Cybersecurity Analyst (Vulnerability Assessment)

RESPONSIBILITIES

NOTE: The essential duties and primary accountabilities below are intended to describe the general content of and requirements of this position and are not intended to be an exhaustive statement of duties.
• Vulnerability Assessment Administration
• Perform scheduled security vulnerability assessments across global applications and infrastructure.
• Manage, coordinate, and track vulnerabilities from discovery, triage, remediation, and validation.
• Coordinate, schedule, and manage the engagement process (with internal stakeholders and third-
party vendors) for vulnerability remediation activities.
• Formally document and establish well-defined processes, procedures, remediation and mitigation strategies, and lessons learned.
• Manage vulnerability related tickets to ensure issues are remediated within designated timelines.

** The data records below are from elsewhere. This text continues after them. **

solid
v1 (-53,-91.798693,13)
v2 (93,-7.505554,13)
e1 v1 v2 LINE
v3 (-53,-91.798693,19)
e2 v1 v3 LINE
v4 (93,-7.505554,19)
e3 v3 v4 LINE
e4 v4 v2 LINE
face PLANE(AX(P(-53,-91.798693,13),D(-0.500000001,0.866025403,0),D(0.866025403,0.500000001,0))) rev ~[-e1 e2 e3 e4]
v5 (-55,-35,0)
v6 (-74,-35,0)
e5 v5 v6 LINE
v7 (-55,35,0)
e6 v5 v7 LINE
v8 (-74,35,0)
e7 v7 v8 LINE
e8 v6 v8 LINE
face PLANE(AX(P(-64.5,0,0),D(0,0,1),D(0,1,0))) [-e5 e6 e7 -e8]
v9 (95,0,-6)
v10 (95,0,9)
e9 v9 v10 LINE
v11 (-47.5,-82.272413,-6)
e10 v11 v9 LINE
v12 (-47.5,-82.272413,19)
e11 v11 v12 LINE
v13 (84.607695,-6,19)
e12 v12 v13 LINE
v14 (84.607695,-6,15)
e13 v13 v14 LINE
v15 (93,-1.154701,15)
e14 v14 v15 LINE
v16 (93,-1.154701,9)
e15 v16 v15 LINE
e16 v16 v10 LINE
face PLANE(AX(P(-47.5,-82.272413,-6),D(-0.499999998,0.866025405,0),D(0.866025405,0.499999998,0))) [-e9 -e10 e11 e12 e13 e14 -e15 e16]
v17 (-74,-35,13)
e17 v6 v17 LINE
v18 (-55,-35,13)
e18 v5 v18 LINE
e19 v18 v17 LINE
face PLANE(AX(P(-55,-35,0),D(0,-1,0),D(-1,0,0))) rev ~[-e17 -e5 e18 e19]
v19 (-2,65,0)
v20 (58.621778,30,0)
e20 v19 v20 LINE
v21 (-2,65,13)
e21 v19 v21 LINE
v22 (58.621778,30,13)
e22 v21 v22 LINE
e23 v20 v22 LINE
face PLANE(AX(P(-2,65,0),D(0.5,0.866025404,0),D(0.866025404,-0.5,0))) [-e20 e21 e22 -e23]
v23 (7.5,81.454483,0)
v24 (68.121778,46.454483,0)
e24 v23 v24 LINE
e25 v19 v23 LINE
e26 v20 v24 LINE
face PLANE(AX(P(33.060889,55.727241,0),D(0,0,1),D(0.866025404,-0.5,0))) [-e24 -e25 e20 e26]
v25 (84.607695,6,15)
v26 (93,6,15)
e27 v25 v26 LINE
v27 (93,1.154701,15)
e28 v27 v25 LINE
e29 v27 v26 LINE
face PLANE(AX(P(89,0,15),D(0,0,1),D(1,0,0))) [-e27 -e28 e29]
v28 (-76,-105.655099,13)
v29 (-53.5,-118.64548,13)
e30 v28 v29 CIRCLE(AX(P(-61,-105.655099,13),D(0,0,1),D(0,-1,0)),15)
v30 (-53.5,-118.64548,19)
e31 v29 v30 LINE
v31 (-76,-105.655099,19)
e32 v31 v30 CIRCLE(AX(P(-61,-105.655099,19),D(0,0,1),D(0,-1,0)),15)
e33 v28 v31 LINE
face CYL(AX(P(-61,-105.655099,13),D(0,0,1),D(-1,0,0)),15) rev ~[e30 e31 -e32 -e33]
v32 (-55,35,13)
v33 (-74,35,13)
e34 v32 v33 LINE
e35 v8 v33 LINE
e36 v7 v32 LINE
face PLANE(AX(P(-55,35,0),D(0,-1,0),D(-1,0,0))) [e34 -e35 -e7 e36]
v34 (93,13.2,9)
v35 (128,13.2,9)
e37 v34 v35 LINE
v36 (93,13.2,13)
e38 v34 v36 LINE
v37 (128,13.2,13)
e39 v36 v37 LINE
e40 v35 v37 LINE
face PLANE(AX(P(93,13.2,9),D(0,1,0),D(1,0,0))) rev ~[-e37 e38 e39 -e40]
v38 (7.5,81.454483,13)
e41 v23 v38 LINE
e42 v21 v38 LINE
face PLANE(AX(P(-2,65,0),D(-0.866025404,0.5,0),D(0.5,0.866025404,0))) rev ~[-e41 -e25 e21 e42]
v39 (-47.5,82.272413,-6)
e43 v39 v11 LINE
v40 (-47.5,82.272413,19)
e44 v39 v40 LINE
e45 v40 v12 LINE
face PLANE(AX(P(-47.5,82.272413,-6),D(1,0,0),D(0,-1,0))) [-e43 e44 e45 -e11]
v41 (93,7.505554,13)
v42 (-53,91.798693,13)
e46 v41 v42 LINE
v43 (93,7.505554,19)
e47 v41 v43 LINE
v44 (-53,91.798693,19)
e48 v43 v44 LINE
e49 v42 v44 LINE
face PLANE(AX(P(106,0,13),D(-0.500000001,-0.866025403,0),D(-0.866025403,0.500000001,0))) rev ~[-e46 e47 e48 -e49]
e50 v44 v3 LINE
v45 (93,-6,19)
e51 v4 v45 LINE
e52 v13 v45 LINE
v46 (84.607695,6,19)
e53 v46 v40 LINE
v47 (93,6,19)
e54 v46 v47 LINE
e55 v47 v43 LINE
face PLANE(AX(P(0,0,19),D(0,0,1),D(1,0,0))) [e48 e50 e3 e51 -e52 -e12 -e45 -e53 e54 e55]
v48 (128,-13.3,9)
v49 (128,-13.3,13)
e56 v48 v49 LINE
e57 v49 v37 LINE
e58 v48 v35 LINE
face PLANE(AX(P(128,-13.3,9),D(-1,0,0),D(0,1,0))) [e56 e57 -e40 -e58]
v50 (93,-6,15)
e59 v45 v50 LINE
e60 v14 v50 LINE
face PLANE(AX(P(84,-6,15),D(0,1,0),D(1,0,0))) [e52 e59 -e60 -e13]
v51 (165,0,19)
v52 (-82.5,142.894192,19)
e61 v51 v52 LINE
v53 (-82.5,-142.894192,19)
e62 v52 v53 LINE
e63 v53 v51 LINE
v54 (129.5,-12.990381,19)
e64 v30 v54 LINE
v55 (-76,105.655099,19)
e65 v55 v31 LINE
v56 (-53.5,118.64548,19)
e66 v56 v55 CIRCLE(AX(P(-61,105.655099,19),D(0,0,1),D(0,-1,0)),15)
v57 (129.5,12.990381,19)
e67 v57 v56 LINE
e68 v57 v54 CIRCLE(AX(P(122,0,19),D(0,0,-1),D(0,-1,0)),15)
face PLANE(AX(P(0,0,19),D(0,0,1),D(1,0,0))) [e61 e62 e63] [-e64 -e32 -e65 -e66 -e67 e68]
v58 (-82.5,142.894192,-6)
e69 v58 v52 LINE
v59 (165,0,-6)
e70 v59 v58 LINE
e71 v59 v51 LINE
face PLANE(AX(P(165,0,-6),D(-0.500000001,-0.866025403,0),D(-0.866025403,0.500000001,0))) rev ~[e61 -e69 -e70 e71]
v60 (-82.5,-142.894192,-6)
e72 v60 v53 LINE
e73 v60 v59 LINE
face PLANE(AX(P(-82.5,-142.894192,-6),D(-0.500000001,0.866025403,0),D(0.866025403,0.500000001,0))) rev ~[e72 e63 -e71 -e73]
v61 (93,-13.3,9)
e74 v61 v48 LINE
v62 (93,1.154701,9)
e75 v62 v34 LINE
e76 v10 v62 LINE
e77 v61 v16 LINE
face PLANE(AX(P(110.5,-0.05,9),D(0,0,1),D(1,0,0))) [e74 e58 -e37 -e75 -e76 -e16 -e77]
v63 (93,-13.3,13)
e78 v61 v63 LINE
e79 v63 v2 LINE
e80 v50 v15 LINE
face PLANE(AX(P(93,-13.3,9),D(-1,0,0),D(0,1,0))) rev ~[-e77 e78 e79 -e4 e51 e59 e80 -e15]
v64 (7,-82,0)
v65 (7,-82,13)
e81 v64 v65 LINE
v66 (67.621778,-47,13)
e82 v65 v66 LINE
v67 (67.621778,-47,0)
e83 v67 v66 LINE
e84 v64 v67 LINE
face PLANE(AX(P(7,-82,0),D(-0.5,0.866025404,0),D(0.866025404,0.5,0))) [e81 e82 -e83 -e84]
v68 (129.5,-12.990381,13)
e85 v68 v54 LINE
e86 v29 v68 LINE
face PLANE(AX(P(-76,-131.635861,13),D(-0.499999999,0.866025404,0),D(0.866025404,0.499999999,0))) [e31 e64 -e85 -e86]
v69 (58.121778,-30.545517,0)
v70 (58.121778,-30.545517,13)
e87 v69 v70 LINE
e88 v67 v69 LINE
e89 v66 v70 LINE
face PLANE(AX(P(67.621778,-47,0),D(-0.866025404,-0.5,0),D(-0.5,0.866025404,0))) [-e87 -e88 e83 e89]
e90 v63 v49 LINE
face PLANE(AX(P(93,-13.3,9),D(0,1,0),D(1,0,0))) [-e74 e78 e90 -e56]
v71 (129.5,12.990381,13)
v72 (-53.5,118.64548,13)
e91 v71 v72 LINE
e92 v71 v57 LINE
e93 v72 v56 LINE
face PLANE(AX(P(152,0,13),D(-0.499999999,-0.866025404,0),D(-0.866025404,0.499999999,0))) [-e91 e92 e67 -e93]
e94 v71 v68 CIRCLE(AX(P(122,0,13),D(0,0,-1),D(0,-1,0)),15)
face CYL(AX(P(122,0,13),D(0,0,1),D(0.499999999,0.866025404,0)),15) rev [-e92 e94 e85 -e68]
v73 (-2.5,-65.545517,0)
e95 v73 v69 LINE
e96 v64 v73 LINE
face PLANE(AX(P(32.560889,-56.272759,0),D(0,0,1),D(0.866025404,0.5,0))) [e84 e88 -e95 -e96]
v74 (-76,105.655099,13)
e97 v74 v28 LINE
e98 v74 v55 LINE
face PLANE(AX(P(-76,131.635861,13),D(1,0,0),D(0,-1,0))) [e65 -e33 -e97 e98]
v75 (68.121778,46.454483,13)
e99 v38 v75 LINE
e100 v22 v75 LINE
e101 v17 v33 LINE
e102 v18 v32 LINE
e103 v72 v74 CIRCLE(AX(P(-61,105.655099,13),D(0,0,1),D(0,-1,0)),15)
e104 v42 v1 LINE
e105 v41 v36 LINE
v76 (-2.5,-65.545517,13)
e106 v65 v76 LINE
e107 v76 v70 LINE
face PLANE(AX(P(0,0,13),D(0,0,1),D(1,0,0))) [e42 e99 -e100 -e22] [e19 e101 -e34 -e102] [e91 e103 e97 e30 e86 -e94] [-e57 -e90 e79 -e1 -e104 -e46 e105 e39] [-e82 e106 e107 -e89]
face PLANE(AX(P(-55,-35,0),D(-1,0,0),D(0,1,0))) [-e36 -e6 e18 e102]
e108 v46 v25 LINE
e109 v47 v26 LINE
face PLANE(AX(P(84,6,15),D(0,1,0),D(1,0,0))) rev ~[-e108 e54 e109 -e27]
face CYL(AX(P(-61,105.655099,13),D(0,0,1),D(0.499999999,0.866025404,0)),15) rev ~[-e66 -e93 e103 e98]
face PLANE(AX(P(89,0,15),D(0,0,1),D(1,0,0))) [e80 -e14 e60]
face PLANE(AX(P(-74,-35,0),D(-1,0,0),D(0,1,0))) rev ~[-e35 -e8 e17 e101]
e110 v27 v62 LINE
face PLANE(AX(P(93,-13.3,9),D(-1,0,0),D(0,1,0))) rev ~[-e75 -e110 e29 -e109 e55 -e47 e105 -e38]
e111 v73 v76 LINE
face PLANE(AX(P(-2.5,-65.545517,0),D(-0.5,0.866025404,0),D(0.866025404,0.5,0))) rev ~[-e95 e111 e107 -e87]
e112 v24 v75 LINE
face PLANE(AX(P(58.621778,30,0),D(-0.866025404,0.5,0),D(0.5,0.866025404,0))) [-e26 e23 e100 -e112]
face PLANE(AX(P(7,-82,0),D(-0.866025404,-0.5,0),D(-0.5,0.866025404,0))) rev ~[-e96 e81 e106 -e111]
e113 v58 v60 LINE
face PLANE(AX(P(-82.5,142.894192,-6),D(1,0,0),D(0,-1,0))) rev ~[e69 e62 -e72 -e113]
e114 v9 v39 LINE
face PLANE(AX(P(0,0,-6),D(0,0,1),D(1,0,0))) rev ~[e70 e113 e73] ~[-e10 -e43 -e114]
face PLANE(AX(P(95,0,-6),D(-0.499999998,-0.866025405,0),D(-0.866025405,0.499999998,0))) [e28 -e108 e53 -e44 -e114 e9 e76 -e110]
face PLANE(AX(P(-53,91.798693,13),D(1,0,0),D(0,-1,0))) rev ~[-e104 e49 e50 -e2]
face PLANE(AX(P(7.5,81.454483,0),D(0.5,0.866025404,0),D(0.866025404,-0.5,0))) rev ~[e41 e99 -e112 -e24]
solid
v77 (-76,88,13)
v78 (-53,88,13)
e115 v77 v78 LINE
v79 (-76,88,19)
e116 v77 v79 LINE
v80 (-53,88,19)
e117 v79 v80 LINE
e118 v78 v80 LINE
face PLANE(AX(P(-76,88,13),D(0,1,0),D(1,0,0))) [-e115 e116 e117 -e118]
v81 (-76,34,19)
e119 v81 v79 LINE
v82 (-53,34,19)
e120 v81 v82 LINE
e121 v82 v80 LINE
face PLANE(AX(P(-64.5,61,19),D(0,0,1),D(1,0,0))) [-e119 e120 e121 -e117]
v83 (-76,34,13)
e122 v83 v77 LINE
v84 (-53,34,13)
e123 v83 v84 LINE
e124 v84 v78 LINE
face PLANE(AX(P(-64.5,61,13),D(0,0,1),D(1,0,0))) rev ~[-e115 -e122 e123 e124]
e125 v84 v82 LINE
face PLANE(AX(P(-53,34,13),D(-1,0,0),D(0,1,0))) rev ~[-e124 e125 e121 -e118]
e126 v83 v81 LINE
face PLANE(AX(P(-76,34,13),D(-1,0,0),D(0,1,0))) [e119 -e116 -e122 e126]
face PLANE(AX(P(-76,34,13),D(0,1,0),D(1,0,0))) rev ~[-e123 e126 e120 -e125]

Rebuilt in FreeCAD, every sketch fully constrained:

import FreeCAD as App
import Part
import Sketcher
Q = App.Units.Quantity


def edges_at(feature, points):
    """Names of the edges that pass closest to the given points."""
    edges = feature.Shape.Edges
    near = lambda p: min(range(len(edges)), key=lambda i: edges[i].distToShape(Part.Vertex(*p))[0])
    return sorted({f"Edge{near(p) + 1}" for p in points})


def add_polygon(sketch, points):
    """Adds a closed chain of lines whose ends are joined by coincident constraints."""
    first, n = sketch.GeometryCount, len(points)
    for a, b in zip(points, points[1:] + points[:1]):
        sketch.addGeometry(Part.LineSegment(App.Vector(*a, 0), App.Vector(*b, 0)), False)
    for i in range(n):
        sketch.addConstraint(Sketcher.Constraint("Coincident", first + i, 2, first + (i + 1) % n, 1))

doc = App.newDocument("Part")
body = doc.addObject("PartDesign::Body", "Body")

# Sketch on XY plane
sketch1 = body.newObject("Sketcher::SketchObject", "Sketch")
sketch1.AttachmentSupport = (doc.getObject("XY_Plane"), [""])
sketch1.MapMode = "FlatFace"
sketch1.AttachmentOffset = App.Placement(App.Vector(0, 0, 13), App.Rotation())
add_polygon(sketch1, [(-76, 88), (-76, 34), (-53, 34), (-53, 88)])  # lines 0-3
sketch1.addConstraint(Sketcher.Constraint("Vertical", 0))
sketch1.addConstraint(Sketcher.Constraint("Horizontal", 1))
sketch1.addConstraint(Sketcher.Constraint("Vertical", 2))
sketch1.addConstraint(Sketcher.Constraint("Horizontal", 3))
sketch1.addConstraint(Sketcher.Constraint("DistanceX", 1, 1, 1, 2, Q("23 mm")))
sketch1.addConstraint(Sketcher.Constraint("DistanceY", 0, 2, 0, 1, Q("54 mm")))
sketch1.addConstraint(Sketcher.Constraint("DistanceX", 0, 2, -1, 1, Q("76 mm")))
sketch1.addConstraint(Sketcher.Constraint("DistanceY", -1, 1, 0, 2, Q("34 mm")))
pad1 = body.newObject("PartDesign::Pad", "Pad")
pad1.Profile = sketch1
pad1.Length = 6
body2 = doc.addObject("PartDesign::Body", "Body001")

• Provide vulnerability mitigation strategies and meaningful vulnerability metrics.
• Support the maintenance and operations of vulnerability assessment infrastructure through refresh initiatives and annual planning.
• Report on findings and respond to requests and known vulnerabilities as well as delivering ad-hoc vulnerability scans on request.
• Coordinate emergency vulnerability patching, including remediation efforts.
• Conduct research and provide feedback to leadership and Cybersecurity team members of the recommended actions for vulnerability scan findings.
• Provide support of maintenance and operations to the vulnerability assessment toolsets.
• Provide support to internal processes to ensure compliance with the Payment Card Industry (PCI) standard.
• Endpoint Security Administration
• Provide operational support for endpoint security solutions.
• Support change management tasking relative to the security policies associated with endpoint security solutions.
• Evaluate security exception requests to determine legitimacy and completeness of requests prior to escalation to management.
• Review endpoint security alerts to determine true or false positives based on industry standards.
• Review Threat Reports generated from Endpoint security tools and provides recommendations and plans for appropriate resolutions.